In this research, the total fracability index (TFI) was investigated for evaluating the fracability of a carbonate reservoir. This index is obtained based on the minimum horizontal stress, horizontal stress difference, Young’s modulus, brittleness, and internal friction angle. AHP was used to evaluate TFI based on natural fracture index, layer thickness, and fracture restriction. Finally, the proposed criterion was validated through hydraulic fracturing simulation.

Considering the decreasing trend in the amount of hydrocarbon production in the oil fields, the need for a simulation method such as HF is indisputable. To this end, a local procedure for selecting proper well and layers should be developed for having a well-adopted operation in a carbonate reservoir.

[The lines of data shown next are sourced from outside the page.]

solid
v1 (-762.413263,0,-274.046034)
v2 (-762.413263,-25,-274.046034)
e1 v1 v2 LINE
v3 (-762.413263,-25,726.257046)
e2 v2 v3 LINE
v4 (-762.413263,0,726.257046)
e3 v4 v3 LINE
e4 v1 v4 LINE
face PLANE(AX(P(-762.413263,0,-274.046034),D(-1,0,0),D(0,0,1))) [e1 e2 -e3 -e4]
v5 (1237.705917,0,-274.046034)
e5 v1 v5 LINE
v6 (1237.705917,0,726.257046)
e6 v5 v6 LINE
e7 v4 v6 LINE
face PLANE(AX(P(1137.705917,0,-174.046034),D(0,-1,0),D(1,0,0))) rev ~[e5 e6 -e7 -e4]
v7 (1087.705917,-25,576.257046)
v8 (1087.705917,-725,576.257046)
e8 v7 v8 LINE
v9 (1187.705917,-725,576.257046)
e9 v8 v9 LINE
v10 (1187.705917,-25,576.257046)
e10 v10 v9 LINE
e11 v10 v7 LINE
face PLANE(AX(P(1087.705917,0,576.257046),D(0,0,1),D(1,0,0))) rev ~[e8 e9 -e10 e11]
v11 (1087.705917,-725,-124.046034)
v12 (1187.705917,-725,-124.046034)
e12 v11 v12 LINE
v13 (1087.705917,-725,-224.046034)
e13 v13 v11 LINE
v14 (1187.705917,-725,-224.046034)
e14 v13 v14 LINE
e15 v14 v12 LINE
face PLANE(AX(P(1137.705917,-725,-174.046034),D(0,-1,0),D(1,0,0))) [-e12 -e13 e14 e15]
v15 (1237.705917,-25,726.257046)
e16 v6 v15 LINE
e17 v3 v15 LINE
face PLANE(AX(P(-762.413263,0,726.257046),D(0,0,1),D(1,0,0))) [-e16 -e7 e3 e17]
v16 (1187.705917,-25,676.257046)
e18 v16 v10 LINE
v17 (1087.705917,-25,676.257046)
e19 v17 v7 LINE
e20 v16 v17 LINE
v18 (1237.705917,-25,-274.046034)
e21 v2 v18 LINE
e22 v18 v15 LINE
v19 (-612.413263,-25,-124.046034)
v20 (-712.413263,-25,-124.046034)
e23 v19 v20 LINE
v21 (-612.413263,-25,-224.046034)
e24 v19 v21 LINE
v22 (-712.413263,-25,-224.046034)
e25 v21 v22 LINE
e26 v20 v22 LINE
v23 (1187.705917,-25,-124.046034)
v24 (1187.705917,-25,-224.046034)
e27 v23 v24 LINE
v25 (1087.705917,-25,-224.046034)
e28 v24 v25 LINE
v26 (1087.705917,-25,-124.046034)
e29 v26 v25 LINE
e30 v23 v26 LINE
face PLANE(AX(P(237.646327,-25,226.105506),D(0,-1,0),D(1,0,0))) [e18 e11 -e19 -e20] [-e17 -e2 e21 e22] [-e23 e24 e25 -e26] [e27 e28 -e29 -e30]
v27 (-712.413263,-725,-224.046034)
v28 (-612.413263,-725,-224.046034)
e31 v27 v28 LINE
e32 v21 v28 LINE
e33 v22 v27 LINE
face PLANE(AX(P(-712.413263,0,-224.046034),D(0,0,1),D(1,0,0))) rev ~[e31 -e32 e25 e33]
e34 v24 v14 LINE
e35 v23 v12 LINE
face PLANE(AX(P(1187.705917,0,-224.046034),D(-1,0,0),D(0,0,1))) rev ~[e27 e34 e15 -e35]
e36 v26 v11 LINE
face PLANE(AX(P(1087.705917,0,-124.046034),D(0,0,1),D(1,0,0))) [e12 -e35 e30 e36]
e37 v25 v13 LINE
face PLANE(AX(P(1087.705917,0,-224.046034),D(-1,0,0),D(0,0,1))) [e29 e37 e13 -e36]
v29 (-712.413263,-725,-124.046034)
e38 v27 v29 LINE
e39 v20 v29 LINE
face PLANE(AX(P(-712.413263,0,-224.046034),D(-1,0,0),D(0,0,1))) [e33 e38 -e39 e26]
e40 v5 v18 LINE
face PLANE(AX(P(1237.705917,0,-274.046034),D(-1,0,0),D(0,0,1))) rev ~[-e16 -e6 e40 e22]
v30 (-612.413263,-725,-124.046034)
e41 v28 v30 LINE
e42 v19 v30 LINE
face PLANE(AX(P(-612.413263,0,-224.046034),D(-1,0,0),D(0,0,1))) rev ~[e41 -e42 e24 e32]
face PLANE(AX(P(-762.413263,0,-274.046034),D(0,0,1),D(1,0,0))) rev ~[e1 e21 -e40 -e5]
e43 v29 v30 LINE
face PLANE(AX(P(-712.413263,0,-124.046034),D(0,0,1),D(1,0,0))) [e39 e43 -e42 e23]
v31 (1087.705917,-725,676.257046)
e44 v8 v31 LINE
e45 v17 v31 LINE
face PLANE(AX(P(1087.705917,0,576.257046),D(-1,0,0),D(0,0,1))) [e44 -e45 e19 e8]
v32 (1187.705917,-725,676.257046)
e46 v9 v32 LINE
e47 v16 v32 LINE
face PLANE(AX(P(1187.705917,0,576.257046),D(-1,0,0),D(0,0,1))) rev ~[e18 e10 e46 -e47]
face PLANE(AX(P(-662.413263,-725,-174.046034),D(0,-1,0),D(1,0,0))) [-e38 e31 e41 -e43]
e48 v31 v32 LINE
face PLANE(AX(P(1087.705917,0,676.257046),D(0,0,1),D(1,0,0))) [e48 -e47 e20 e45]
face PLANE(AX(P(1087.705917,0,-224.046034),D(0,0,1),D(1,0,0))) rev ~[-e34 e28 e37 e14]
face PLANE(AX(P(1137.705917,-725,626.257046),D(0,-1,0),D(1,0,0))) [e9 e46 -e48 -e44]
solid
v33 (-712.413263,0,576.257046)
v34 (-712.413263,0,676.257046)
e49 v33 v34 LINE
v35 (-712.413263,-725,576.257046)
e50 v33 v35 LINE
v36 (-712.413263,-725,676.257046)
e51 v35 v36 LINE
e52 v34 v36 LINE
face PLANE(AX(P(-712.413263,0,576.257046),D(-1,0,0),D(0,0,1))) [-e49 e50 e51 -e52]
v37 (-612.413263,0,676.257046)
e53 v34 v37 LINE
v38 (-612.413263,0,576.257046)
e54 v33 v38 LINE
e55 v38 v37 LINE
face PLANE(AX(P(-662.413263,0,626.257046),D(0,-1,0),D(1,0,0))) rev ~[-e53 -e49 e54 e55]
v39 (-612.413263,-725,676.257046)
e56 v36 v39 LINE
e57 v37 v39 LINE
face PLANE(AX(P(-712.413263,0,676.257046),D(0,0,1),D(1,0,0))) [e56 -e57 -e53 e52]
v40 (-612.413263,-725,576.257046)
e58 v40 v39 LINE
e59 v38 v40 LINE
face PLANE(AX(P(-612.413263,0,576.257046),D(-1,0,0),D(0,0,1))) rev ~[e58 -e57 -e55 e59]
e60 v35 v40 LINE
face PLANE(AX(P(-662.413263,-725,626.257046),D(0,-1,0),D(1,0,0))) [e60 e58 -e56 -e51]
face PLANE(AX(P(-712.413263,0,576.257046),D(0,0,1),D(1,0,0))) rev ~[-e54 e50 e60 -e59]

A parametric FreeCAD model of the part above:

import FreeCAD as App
import Part
import Sketcher

V = App.Vector
Q = App.Units.Quantity


def add_polygon(sketch, points):
    """Adds a closed chain of lines whose ends are joined by coincident constraints."""
    first, n = sketch.GeometryCount, len(points)
    for a, b in zip(points, points[1:] + points[:1]):
        sketch.addGeometry(Part.LineSegment(App.Vector(*a, 0), App.Vector(*b, 0)), False)
    for i in range(n):
        sketch.addConstraint(Sketcher.Constraint("Coincident", first + i, 2, first + (i + 1) % n, 1))

doc = App.newDocument("Part")
body = doc.addObject("PartDesign::Body", "Body")

sketch1 = body.newObject("Sketcher::SketchObject", "Sketch")
sketch1.AttachmentSupport = (doc.getObject("XZ_Plane"), [""])
sketch1.MapMode = "FlatFace"
add_polygon(sketch1, [(-762, 726), (-762, -274), (1238, -274), (1238, 726)])
sketch1.addConstraint(Sketcher.Constraint("Vertical", 0))
sketch1.addConstraint(Sketcher.Constraint("Horizontal", 1))
sketch1.addConstraint(Sketcher.Constraint("Vertical", 2))
sketch1.addConstraint(Sketcher.Constraint("Horizontal", 3))
sketch1.addConstraint(Sketcher.Constraint("DistanceX", 1, 1, 1, 2, Q("2000.11918 mm")))
sketch1.addConstraint(Sketcher.Constraint("DistanceY", 0, 2, 0, 1, Q("1000.30308 mm")))
sketch1.addConstraint(Sketcher.Constraint("DistanceX", 0, 2, -1, 1, Q("762.413263 mm")))
sketch1.addConstraint(Sketcher.Constraint("DistanceY", 0, 2, -1, 1, Q("274.046034 mm")))
pad1 = body.newObject("PartDesign::Pad", "Pad")
pad1.Profile = sketch1
pad1.Length = 25

sketch2 = body.newObject("Sketcher::SketchObject", "Sketch001")
sketch2.AttachmentSupport = (doc.getObject("XZ_Plane"), [""])
sketch2.MapMode = "FlatFace"
add_polygon(sketch2, [(-712, -124), (-712, -224), (-612, -224), (-612, -124)])
sketch2.addConstraint(Sketcher.Constraint("Vertical", 0))
sketch2.addConstraint(Sketcher.Constraint("Horizontal", 1))
sketch2.addConstraint(Sketcher.Constraint("Vertical", 2))
sketch2.addConstraint(Sketcher.Constraint("Horizontal", 3))
sketch2.addConstraint(Sketcher.Constraint("Equal", 3, 0))
sketch2.addConstraint(Sketcher.Constraint("DistanceX", 1, 1, 1, 2, Q("100 mm")))
sketch2.addConstraint(Sketcher.Constraint("DistanceX", 0, 2, -1, 1, Q("712.413263 mm")))
sketch2.addConstraint(Sketcher.Constraint("DistanceY", 0, 2, -1, 1, Q("224.046034 mm")))
pad2 = body.newObject("PartDesign::Pad", "Pad001")
pad2.Profile = sketch2
pad2.Length = 725

sketch3 = body.newObject("Sketcher::SketchObject", "Sketch002")
sketch3.AttachmentSupport = (doc.getObject("XZ_Plane"), [""])
sketch3.MapMode = "FlatFace"
add_polygon(sketch3, [(1088, 676), (1088, 576), (1188, 576), (1188, 676)])
sketch3.addConstraint(Sketcher.Constraint("Vertical", 0))
sketch3.addConstraint(Sketcher.Constraint("Horizontal", 1))
sketch3.addConstraint(Sketcher.Constraint("Vertical", 2))
sketch3.addConstraint(Sketcher.Constraint("Horizontal", 3))
sketch3.addConstraint(Sketcher.Constraint("Equal", 3, 0))
sketch3.addConstraint(Sketcher.Constraint("DistanceX", 1, 1, 1, 2, Q("100 mm")))
sketch3.addConstraint(Sketcher.Constraint("DistanceX", -1, 1, 0, 2, Q("1087.705917 mm")))
sketch3.addConstraint(Sketcher.Constraint("DistanceY", -1, 1, 0, 2, Q("576.257046 mm")))
pad3 = body.newObject("PartDesign::Pad", "Pad002")
pad3.Profile = sketch3
pad3.Length = 725

sketch4 = body.newObject("Sketcher::SketchObject", "Sketch003")
sketch4.AttachmentSupport = (doc.getObject("XZ_Plane"), [""])
sketch4.MapMode = "FlatFace"
add_polygon(sketch4, [(1088, -124), (1088, -224), (1188, -224), (1188, -124)])
sketch4.addConstraint(Sketcher.Constraint("Vertical", 0))
sketch4.addConstraint(Sketcher.Constraint("Horizontal", 1))
sketch4.addConstraint(Sketcher.Constraint("Vertical", 2))
sketch4.addConstraint(Sketcher.Constraint("Horizontal", 3))
sketch4.addConstraint(Sketcher.Constraint("Equal", 3, 0))
sketch4.addConstraint(Sketcher.Constraint("DistanceX", 1, 1, 1, 2, Q("100 mm")))
sketch4.addConstraint(Sketcher.Constraint("DistanceX", -1, 1, 0, 2, Q("1087.705917 mm")))
sketch4.addConstraint(Sketcher.Constraint("DistanceY", 0, 2, -1, 1, Q("224.046034 mm")))
pad4 = body.newObject("PartDesign::Pad", "Pad003")
pad4.Profile = sketch4
pad4.Length = 725
body2 = doc.addObject("PartDesign::Body", "Body001")

sketch5 = body2.newObject("Sketcher::SketchObject", "Sketch004")
sketch5.AttachmentSupport = (doc.getObject("XZ_Plane001"), [""])
sketch5.MapMode = "FlatFace"
add_polygon(sketch5, [(-712, 676), (-712, 576), (-612, 576), (-612, 676)])
sketch5.addConstraint(Sketcher.Constraint("Vertical", 0))
sketch5.addConstraint(Sketcher.Constraint("Horizontal", 1))
sketch5.addConstraint(Sketcher.Constraint("Vertical", 2))
sketch5.addConstraint(Sketcher.Constraint("Horizontal", 3))
sketch5.addConstraint(Sketcher.Constraint("Equal", 3, 0))
sketch5.addConstraint(Sketcher.Constraint("DistanceX", 1, 1, 1, 2, Q("100 mm")))
sketch5.addConstraint(Sketcher.Constraint("DistanceX", 0, 2, -1, 1, Q("712.413263 mm")))
sketch5.addConstraint(Sketcher.Constraint("DistanceY", -1, 1, 0, 2, Q("576.257046 mm")))
pad5 = body2.newObject("PartDesign::Pad", "Pad004")
pad5.Profile = sketch5
pad5.Length = 725

doc.recompute()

In this study, the total fracability index (TFI) was proposed by considering the most important parameters affecting the results of hydraulic fracturing in carbonate reservoirs and available data. The importance of each parameter was proposed in Eq. (6). Having employed this index and three other criteria (i.e., orientation and density of natural fractures as natural fracture index, fracture confinement, and interval thickness with coefficients 0.13, 0.25, and 0.05, respectively), layers of three wells were investigated for selecting the most proper candidates by an equation. To assess the validity of the proposed fracability index and equation, a P3D model was employed to predict the length and height of fracture. The results represent a very well agreement between the proposed candidates and simulation.